I hold up my hands in a gesture of surrender. ‘Just give me five minutes, then I’ll leave you in peace, I promise.’
She opens the door wide to let me in and I follow her into the lounge room.
‘I really wanted to apologise in person,’ I say, ‘I need you to know that I’m really, really sorry for upsetting you last night.’
‘Upsetting me? You assaulted me!’
‘Come on,’ I say gently, and with a lot more patience than I feel. ‘That’s a strong word, given the circumstances. I misread the signals, that’s all. We’d only just met, and when it comes to communication, we obviously have different styles. It’s no one’s fault; it’s just a function of being strangers. That’s all.’
Jilly looks at the flowers. ‘I suppose so.’
‘Look, I’m perfectly willing to accept
that I got it wrong,’ I hold up my hands again, to illustrate my culpability this time. Of course I want to say something about her acting like a little tart and leading me on, but I don’t. ‘Can’t we start over? No physical stuff, just a dinner somewhere nice – my shout, obviously – and a proper chat.’
‘I don’t know,’ she says, but I can tell she’s just playing hard to get.
‘You probably need some time to think about it: that’s completely fair enough. Just text me and let me know what you think, okay, and if you want to give me the chance to get to know you properly, that would be ace.’
I flash her my best, most modest smile and leave her to stew.
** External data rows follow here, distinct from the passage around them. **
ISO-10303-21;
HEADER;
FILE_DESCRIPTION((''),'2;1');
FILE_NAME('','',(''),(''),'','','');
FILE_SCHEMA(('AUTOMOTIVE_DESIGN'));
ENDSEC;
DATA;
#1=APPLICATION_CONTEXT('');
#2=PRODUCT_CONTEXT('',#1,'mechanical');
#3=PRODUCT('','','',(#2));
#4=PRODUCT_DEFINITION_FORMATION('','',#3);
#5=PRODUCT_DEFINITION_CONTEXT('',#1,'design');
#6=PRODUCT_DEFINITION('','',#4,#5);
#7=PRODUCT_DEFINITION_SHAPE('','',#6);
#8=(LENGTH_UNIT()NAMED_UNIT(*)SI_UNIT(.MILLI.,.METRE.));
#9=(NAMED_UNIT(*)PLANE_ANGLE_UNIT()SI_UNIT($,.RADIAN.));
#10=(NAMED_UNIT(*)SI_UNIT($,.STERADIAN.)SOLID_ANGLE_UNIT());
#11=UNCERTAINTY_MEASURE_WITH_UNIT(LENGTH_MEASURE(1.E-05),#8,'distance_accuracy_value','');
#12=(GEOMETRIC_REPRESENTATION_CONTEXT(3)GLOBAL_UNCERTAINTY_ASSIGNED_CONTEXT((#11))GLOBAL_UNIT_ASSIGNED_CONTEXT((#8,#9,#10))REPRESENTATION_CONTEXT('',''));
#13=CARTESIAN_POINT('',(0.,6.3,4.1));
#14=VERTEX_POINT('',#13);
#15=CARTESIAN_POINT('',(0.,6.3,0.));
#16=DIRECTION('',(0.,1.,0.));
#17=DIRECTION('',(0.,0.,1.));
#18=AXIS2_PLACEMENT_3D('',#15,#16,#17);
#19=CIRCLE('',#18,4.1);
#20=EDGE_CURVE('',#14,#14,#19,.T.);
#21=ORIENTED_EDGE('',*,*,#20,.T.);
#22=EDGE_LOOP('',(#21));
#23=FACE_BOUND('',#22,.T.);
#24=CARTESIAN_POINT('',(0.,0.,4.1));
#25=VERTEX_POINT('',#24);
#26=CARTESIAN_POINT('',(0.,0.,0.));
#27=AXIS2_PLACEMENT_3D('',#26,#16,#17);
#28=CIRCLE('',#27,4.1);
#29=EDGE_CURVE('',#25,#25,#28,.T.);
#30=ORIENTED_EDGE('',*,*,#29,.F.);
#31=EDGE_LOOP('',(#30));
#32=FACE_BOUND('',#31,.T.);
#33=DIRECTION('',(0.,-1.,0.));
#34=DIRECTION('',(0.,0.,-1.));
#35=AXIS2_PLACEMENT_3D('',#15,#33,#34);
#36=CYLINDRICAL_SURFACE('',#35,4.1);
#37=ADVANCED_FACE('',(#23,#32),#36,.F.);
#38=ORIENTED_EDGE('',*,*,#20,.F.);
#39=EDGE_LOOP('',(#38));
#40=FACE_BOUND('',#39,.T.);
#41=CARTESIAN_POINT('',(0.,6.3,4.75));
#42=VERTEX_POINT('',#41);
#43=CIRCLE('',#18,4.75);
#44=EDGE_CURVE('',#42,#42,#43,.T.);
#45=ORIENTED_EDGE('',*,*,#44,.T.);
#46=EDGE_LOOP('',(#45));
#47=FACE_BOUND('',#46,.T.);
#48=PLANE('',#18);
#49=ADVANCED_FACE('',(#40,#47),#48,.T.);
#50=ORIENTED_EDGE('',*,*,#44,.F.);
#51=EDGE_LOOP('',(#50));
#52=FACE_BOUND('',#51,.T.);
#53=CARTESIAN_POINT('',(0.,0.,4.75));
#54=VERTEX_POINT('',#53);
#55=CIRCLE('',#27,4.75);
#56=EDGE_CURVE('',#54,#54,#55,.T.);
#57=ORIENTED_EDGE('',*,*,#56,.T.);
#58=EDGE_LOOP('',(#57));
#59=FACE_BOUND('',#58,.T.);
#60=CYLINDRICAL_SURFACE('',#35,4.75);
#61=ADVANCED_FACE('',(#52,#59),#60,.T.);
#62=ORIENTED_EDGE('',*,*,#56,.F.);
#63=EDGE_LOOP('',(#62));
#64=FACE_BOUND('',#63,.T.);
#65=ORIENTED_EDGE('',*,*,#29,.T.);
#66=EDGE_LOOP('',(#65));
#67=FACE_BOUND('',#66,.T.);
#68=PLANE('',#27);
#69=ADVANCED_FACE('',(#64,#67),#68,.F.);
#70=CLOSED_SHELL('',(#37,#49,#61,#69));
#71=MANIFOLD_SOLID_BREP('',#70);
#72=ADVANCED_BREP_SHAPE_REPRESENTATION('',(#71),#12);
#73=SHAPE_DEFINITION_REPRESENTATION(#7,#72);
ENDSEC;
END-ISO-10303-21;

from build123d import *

# Parameters (mm, degrees)
SKETCH1_R           = 4.75
SKETCH1_R_2         = 4.1
BOSS_EXTRUDE1_DEPTH = 6.3


with BuildPart() as part:
    # Sketch1 → Boss-Extrude1 (new body)
    with BuildSketch(Plane(origin=(0, 0, 0), x_dir=(1, 0, 0), z_dir=(0, 1, 0))):
        with Locations(Location((0, 0, 0), (0, 0, 270))):
            Circle(SKETCH1_R)
        with Locations(Location((0, 0, 0), (0, 0, 270))):
            Circle(SKETCH1_R_2, mode=Mode.SUBTRACT)
    extrude(amount=BOSS_EXTRUDE1_DEPTH)


solid = part.part
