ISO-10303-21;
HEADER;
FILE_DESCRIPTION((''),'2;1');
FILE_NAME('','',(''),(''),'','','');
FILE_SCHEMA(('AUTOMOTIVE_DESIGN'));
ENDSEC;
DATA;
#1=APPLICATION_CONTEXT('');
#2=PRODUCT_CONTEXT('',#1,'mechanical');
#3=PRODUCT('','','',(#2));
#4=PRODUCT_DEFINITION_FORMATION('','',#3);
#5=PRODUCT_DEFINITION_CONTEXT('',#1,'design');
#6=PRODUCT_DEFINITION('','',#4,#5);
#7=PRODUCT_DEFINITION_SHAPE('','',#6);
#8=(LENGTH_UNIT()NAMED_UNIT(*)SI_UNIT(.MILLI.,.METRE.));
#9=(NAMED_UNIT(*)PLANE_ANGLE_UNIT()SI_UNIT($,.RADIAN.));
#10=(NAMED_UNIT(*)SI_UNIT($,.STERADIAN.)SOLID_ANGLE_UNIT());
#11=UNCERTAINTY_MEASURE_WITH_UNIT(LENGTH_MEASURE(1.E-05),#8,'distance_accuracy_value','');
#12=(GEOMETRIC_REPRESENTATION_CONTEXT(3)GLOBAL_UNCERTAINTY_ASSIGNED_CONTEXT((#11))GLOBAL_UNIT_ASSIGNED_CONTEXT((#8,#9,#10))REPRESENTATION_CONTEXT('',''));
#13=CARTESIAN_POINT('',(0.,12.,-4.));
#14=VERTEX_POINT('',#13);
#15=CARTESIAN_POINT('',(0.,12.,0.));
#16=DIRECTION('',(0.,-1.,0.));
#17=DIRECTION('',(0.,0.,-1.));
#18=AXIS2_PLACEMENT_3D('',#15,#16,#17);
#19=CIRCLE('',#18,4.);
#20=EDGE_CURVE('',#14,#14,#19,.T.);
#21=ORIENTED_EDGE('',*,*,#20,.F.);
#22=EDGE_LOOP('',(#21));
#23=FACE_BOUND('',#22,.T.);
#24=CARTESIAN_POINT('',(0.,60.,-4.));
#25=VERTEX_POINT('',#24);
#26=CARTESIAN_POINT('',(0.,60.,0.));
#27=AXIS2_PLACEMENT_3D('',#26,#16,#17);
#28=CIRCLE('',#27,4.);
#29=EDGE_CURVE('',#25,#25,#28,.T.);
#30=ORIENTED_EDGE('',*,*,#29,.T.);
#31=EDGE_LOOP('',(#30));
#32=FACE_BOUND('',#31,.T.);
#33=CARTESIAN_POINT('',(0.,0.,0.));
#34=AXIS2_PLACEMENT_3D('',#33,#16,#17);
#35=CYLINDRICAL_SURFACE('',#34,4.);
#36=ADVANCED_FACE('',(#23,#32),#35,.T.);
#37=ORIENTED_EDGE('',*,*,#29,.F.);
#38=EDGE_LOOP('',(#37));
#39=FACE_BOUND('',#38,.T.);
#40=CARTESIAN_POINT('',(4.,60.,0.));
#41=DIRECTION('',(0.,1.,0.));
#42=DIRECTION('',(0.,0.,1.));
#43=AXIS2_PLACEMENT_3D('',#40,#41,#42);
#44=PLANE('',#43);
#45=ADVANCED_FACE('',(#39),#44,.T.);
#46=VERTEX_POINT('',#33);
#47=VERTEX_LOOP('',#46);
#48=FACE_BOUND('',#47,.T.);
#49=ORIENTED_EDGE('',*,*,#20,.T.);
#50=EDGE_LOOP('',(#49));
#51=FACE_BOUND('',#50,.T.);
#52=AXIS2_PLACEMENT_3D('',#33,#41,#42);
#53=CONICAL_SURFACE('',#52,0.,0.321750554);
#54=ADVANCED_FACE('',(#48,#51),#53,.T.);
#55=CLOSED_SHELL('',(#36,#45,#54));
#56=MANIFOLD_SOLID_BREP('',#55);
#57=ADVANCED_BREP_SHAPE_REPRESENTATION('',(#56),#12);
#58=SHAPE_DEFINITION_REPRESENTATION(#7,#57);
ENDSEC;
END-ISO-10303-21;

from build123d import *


with BuildPart() as part:
    # Sketch1 → Revolve1 (revolve)
    with BuildSketch(Plane.XY, mode=Mode.PRIVATE) as revolve1_sk:
        Polygon((0, 0), (4, 12), (4, 60), (0, 60), align=None)
    revolve(revolve1_sk.sketch.rotate(Axis((0, 0, 0), (0, 1, 0)), 90), axis=Axis((0, 0, 0), (0, 1, 0)))


solid = part.part
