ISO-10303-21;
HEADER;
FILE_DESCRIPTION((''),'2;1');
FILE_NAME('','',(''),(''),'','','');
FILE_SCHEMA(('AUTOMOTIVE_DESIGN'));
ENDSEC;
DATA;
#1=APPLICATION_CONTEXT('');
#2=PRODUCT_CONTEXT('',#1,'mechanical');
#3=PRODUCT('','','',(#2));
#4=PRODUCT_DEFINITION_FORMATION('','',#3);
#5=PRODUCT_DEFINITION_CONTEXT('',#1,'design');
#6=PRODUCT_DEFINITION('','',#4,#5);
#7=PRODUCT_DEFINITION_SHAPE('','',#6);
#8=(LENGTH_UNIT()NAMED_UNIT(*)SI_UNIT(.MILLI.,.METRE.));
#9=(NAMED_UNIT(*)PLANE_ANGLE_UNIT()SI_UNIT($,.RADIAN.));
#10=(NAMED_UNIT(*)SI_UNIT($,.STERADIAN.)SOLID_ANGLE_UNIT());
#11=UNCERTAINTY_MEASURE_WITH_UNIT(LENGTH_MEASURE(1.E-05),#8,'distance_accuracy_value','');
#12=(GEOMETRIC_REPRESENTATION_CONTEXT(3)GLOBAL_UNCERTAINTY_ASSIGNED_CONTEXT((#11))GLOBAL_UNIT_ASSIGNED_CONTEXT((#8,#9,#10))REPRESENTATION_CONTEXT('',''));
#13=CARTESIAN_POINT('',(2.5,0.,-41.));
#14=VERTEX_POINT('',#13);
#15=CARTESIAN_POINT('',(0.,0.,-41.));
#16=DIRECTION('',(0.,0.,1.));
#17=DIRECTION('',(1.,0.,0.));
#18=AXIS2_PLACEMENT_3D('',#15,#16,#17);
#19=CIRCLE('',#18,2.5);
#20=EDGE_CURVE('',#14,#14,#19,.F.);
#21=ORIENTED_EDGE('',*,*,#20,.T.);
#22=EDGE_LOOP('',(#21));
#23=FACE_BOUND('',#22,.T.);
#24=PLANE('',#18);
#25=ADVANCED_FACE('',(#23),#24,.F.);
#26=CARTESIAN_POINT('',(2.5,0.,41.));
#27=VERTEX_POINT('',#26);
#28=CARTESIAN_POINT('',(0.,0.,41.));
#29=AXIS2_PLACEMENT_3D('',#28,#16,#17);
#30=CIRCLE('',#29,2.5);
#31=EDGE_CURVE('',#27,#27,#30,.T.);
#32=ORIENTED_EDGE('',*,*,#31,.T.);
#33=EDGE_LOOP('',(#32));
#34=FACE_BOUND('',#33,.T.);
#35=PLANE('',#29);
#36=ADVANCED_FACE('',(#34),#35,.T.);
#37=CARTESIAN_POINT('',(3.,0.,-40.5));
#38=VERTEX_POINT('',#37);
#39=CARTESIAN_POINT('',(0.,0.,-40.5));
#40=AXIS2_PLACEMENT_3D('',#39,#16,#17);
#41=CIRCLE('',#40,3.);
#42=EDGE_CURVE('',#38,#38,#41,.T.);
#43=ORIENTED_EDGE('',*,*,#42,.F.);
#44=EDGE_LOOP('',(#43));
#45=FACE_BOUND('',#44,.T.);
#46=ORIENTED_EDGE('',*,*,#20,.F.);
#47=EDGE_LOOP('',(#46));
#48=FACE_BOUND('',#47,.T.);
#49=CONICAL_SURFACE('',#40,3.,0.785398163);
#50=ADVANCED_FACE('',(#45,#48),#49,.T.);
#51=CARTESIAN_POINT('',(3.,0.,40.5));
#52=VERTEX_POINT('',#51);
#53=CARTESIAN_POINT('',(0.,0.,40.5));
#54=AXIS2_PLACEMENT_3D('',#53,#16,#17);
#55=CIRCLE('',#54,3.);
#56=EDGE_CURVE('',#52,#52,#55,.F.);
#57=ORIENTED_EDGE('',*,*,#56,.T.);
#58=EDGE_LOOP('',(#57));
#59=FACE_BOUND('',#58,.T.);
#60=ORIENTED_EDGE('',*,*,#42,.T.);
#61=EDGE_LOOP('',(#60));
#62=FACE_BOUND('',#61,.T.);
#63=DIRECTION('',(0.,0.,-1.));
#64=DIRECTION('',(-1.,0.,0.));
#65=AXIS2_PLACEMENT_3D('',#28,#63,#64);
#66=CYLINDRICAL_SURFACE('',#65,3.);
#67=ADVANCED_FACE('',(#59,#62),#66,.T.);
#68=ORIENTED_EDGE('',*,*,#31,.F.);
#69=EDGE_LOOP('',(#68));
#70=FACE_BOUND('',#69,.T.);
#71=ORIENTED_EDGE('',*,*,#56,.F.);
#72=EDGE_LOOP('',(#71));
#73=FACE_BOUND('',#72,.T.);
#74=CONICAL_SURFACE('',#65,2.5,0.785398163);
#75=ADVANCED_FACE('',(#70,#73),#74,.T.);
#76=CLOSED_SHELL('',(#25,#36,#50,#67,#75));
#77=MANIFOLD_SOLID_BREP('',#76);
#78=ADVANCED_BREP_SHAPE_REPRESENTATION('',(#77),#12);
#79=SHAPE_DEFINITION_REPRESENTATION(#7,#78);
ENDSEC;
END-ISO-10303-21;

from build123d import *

# Parameters (mm, degrees)
SKETCH1_R              = 3
SHAFT_DEPTH            = 41
F_0_5X45_CHAMFERS_SIZE = 0.5


with BuildPart() as part:
    # Sketch1 → Shaft (new body, symmetric)
    with BuildSketch(Plane.XY):
        Circle(SKETCH1_R)
    extrude(amount=SHAFT_DEPTH, both=True)

    # 0.5x45 Chamfers
    f_0_5x45_chamfers_edges = [part.edges().sort_by_distance(p)[0] for p in [
        (-3, 0, -41),
        (-3, 0, 41),
    ]]
    chamfer(f_0_5x45_chamfers_edges, length=F_0_5X45_CHAMFERS_SIZE)


solid = part.part
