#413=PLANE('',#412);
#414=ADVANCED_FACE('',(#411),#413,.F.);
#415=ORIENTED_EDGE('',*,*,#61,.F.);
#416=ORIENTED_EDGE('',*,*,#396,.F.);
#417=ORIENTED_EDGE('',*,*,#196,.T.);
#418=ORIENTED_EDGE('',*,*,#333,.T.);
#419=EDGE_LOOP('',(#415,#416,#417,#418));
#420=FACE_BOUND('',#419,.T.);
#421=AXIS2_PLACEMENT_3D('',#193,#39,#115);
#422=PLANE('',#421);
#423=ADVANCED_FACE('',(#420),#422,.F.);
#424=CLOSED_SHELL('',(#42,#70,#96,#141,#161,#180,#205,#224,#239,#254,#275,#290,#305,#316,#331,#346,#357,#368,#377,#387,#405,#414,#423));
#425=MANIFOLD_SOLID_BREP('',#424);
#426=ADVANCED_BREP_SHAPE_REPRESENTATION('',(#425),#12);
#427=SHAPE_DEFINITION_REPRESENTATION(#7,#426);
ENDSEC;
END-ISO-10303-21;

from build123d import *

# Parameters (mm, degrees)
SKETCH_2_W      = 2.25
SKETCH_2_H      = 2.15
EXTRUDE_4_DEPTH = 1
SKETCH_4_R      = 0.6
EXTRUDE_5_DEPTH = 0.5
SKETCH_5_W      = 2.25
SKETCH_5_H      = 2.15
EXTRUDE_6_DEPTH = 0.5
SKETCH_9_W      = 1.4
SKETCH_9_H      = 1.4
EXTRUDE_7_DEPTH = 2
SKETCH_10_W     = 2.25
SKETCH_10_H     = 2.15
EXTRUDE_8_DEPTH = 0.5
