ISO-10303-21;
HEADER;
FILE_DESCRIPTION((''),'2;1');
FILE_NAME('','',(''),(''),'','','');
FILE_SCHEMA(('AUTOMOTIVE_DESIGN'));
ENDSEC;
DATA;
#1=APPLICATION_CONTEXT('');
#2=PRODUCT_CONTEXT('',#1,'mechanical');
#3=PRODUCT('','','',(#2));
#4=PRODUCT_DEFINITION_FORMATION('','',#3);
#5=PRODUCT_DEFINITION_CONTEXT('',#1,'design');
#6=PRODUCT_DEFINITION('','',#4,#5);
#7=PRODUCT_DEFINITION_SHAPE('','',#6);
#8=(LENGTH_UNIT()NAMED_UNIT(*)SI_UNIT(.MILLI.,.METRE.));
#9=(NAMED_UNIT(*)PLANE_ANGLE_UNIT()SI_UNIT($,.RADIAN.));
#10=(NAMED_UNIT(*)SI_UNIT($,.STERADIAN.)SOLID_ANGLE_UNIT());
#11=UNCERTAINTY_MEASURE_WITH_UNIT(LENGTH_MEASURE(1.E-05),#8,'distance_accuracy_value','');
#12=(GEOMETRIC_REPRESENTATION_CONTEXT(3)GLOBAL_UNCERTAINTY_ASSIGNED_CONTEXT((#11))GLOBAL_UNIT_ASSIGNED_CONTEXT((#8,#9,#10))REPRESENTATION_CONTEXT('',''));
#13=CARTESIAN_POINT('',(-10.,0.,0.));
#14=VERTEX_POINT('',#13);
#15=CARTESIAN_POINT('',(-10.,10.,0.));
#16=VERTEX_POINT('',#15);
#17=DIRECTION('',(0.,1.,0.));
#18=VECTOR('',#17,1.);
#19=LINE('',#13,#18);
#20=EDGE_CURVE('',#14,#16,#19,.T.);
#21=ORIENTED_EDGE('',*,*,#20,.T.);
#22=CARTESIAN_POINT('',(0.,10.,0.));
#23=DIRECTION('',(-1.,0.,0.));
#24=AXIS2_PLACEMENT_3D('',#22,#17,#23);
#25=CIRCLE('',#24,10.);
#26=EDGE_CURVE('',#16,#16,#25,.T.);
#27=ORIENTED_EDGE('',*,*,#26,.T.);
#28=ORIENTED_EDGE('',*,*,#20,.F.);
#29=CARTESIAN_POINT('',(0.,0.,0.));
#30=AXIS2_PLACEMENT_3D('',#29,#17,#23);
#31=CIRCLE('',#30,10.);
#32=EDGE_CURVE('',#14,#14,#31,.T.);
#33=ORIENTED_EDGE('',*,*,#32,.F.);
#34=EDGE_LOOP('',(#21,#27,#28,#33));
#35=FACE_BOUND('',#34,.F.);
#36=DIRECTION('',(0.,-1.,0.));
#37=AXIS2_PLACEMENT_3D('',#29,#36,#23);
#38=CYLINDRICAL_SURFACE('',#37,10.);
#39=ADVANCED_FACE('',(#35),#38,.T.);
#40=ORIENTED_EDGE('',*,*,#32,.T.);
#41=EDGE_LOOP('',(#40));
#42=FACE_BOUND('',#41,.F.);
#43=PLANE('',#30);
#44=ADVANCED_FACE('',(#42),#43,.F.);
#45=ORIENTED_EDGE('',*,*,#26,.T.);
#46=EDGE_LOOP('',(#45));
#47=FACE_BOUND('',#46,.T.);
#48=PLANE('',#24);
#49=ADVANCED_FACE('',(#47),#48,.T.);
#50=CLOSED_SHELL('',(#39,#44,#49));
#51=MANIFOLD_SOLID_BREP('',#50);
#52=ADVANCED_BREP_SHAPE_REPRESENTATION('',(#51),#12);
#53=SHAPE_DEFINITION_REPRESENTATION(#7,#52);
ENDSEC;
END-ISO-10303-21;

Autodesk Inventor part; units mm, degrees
ref_plane "YZ Plane" through (0, 0, 0) normal (1, 0, 0) x (0, 1, 0)
ref_plane "XZ Plane" through (0, 0, 0) normal (0, 1, 0) x (-1, 0, 0)
ref_plane "XY Plane" through (0, 0, 0) normal (0, 0, 1) x (1, 0, 0)
sketch "Sketch1" plane through (0, 0, 0) normal (0, 1, 0) x (-1, 0, 0)
  circle A0 centre (0, 0) radius 10
  dimension "d0" = 20
extrude "Extrusion1" add sketch "Sketch1" along normal blind 10
sketch "Sketch2" plane through (0, 10, 0) normal (0, 1, 0) x (1, 0, 0)
  line L0 (0, 0) -> (-9.4915, 0)
  arc A0 (-6.1284, 5.1423) -> (-8, 0) centre (0, 0) ccw
  arc A1 (-3.8302, 3.2139) -> (-5, 0) centre (0, 0) ccw
  line L1 (0, 0) -> (-3.8302, 3.2139)
  line L2 (-6.1284, 5.1423) -> (-3.8302, 3.2139)
  dimension "d3" = 40
  dimension "d4" = 5
  dimension "d5" = 8
properties part number "Flywheel Bracket"
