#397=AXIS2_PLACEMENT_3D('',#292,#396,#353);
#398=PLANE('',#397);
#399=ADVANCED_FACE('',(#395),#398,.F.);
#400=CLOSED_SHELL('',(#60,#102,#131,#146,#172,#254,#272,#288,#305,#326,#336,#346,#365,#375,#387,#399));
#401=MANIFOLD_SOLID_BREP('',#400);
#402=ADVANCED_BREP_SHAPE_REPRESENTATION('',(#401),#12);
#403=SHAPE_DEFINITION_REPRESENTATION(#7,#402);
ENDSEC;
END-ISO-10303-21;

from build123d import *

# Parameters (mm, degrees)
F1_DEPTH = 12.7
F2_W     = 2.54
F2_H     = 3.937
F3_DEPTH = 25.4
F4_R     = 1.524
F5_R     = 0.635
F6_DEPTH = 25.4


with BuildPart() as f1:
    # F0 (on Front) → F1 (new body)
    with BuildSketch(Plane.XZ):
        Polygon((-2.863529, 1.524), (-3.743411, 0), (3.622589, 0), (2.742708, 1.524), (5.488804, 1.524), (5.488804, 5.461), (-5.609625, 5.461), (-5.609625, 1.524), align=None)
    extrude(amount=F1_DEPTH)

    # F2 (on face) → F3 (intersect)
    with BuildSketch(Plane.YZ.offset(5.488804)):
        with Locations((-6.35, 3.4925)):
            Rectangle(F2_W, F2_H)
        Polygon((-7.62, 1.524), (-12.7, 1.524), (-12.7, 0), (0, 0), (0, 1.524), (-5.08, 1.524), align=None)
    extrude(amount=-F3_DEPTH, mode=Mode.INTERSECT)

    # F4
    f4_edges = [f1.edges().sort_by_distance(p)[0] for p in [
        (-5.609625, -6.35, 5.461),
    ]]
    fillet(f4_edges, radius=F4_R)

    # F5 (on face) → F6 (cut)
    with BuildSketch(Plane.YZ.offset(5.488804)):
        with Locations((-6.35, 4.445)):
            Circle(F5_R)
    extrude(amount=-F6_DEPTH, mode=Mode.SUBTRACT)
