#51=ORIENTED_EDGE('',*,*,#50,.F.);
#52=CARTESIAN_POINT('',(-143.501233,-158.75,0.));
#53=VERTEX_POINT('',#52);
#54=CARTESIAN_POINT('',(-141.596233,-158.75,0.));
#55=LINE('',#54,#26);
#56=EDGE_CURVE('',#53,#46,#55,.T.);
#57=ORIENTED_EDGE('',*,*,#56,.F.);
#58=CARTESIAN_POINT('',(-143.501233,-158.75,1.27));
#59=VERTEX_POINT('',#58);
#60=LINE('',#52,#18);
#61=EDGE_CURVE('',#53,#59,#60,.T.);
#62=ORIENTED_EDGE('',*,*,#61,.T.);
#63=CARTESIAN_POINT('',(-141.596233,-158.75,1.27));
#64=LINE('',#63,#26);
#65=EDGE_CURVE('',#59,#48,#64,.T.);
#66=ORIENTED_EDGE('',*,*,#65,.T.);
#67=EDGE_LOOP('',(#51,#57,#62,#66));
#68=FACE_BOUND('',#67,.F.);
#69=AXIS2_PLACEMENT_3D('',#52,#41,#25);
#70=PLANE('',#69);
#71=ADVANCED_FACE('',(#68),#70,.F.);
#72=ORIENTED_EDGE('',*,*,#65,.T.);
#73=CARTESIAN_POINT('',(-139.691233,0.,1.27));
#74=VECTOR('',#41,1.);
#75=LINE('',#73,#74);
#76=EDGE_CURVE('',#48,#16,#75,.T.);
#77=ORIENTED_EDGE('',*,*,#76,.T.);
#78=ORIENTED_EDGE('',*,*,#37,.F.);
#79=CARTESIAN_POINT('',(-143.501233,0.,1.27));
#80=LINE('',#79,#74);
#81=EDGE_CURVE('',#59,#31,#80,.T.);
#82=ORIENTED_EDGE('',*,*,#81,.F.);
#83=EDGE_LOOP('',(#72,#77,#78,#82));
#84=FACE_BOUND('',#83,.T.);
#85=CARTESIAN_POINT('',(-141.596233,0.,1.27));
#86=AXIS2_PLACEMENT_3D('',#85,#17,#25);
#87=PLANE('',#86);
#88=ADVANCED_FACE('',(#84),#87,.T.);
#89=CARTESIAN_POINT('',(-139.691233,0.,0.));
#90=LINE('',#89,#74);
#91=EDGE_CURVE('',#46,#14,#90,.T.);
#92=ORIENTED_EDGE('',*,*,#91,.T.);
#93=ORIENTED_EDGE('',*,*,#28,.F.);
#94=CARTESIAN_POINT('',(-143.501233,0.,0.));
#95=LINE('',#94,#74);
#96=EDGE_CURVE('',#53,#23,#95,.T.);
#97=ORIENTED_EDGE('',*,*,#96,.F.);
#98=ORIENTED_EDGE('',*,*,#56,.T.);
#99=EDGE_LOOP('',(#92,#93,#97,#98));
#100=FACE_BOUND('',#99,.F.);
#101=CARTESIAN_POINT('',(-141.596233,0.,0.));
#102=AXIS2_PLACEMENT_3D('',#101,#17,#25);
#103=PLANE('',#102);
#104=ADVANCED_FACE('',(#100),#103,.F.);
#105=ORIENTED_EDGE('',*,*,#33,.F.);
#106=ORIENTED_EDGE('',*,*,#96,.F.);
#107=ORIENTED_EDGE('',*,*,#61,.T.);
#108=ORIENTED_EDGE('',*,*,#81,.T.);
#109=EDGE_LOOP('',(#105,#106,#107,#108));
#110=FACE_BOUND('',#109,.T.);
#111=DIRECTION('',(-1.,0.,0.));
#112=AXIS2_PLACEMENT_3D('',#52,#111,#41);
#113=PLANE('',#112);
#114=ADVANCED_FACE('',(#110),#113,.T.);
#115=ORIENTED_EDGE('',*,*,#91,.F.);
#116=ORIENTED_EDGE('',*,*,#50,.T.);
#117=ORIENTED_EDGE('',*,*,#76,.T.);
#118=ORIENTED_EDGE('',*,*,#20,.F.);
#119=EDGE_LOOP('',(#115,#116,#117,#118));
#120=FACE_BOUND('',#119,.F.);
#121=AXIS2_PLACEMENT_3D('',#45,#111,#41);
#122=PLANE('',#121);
Sure enough, the next day, Jilly messages me saying she’s free on Friday evening. I call in favours and get a table at super chic and sought-after Cellar Seven in Surry Hills, and endure a tedious ten-course tasting menu just to keep the girl quiet. Without the background noise of a bar, she turns out to be very dull company, lacking any opinions of her own and instead parroting those of her parents or her sister or her girlfriends, in whose lives she seems to be annoyingly over-involved. By the time we reach the dessert courses, I know all about her friend Noleen and the ins and outs of Noleen’s relationship with her flaky fiancé. I’m bored to tears.
We go for a stroll afterwards, and Jilly is on for some snogging, but this time I’m just not feeling it and my dick remains as soft as a slug. Sensing this, Jilly asks me back to hers, but I gallantly refuse. I give her some bull about wanting to take things slow and get to know her properly, and she swallows this happily enough.
On my way back to my flat in Darling Harbour, I chuck my dating burner phone into a dumpster, having first blocked Jilly on all my online accounts. I buy a new one in my lunch hour the next day, load up the apps again and set about making contact with a fresh batch of willing women.